● **Work item**: Copy exactly, please, each line of the data below until the line that contains "A parametric FreeCAD" has been copied, beginning at the top.

● **Source records**:

##############################

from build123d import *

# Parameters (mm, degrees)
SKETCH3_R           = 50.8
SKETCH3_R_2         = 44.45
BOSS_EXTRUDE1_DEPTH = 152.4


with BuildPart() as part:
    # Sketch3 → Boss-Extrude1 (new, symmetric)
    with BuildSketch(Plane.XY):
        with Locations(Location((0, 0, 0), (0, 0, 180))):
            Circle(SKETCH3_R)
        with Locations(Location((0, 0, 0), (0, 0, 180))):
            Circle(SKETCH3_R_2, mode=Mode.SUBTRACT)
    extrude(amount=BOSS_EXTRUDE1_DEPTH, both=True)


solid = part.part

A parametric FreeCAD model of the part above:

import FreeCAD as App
import Part
import Sketcher
Q = App.Units.Quantity

doc = App.newDocument("Part")
params = doc.addObject("Spreadsheet::Sheet", "Params")
for row, (alias, value) in enumerate([
    ("sketch1_diameter", "4 in"),
    ("sketch1_diameter2", "3.5 in"),
    ("pad1_length", "12 in"),
], start=1):
    params.set(f"A{row}", alias)
    params.set(f"B{row}", "=" + value)
    params.setAlias(f"B{row}", alias)

body = doc.addObject("PartDesign::Body", "Body")

sketch1 = body.newObject("Sketcher::SketchObject", "Sketch")
sketch1.AttachmentSupport = (doc.getObject("XY_Plane"), [""])
sketch1.MapMode = "FlatFace"
sketch1.addGeometry([
    Part.Circle(App.Vector(0, 0, 0), App.Vector(0, 0, 1), 51),
    Part.Circle(App.Vector(0, 0, 0), App.Vector(0, 0, 1), 44),
], False)
sketch1.addConstraint([
    Sketcher.Constraint("Coincident", 0, 3, -1, 1),
    Sketcher.Constraint("Coincident", 1, 3, -1, 1),
    Sketcher.Constraint("Diameter", 0, Q("4 in")),
    Sketcher.Constraint("Diameter", 1, Q("3.5 in")),
])
sketch1.setExpression("Constraints[2]", "Params.sketch1_diameter")
sketch1.setExpression("Constraints[3]", "Params.sketch1_diameter2")
pad1 = body.newObject("PartDesign::Pad", "Pad")
pad1.Profile = sketch1
pad1.setExpression("Length", "Params.pad1_length")
pad1.Midplane = True

doc.recompute()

##############################

● **Result of this exercise**:
from build123d import *

# Parameters (mm, degrees)
SKETCH3_R           = 50.8
SKETCH3_R_2         = 44.45
BOSS_EXTRUDE1_DEPTH = 152.4


with BuildPart() as part:
    # Sketch3 → Boss-Extrude1 (new, symmetric)
    with BuildSketch(Plane.XY):
        with Locations(Location((0, 0, 0), (0, 0, 180))):
            Circle(SKETCH3_R)
        with Locations(Location((0, 0, 0), (0, 0, 180))):
            Circle(SKETCH3_R_2, mode=Mode.SUBTRACT)
    extrude(amount=BOSS_EXTRUDE1_DEPTH, both=True)


solid = part.part

A parametric FreeCAD model of the part above:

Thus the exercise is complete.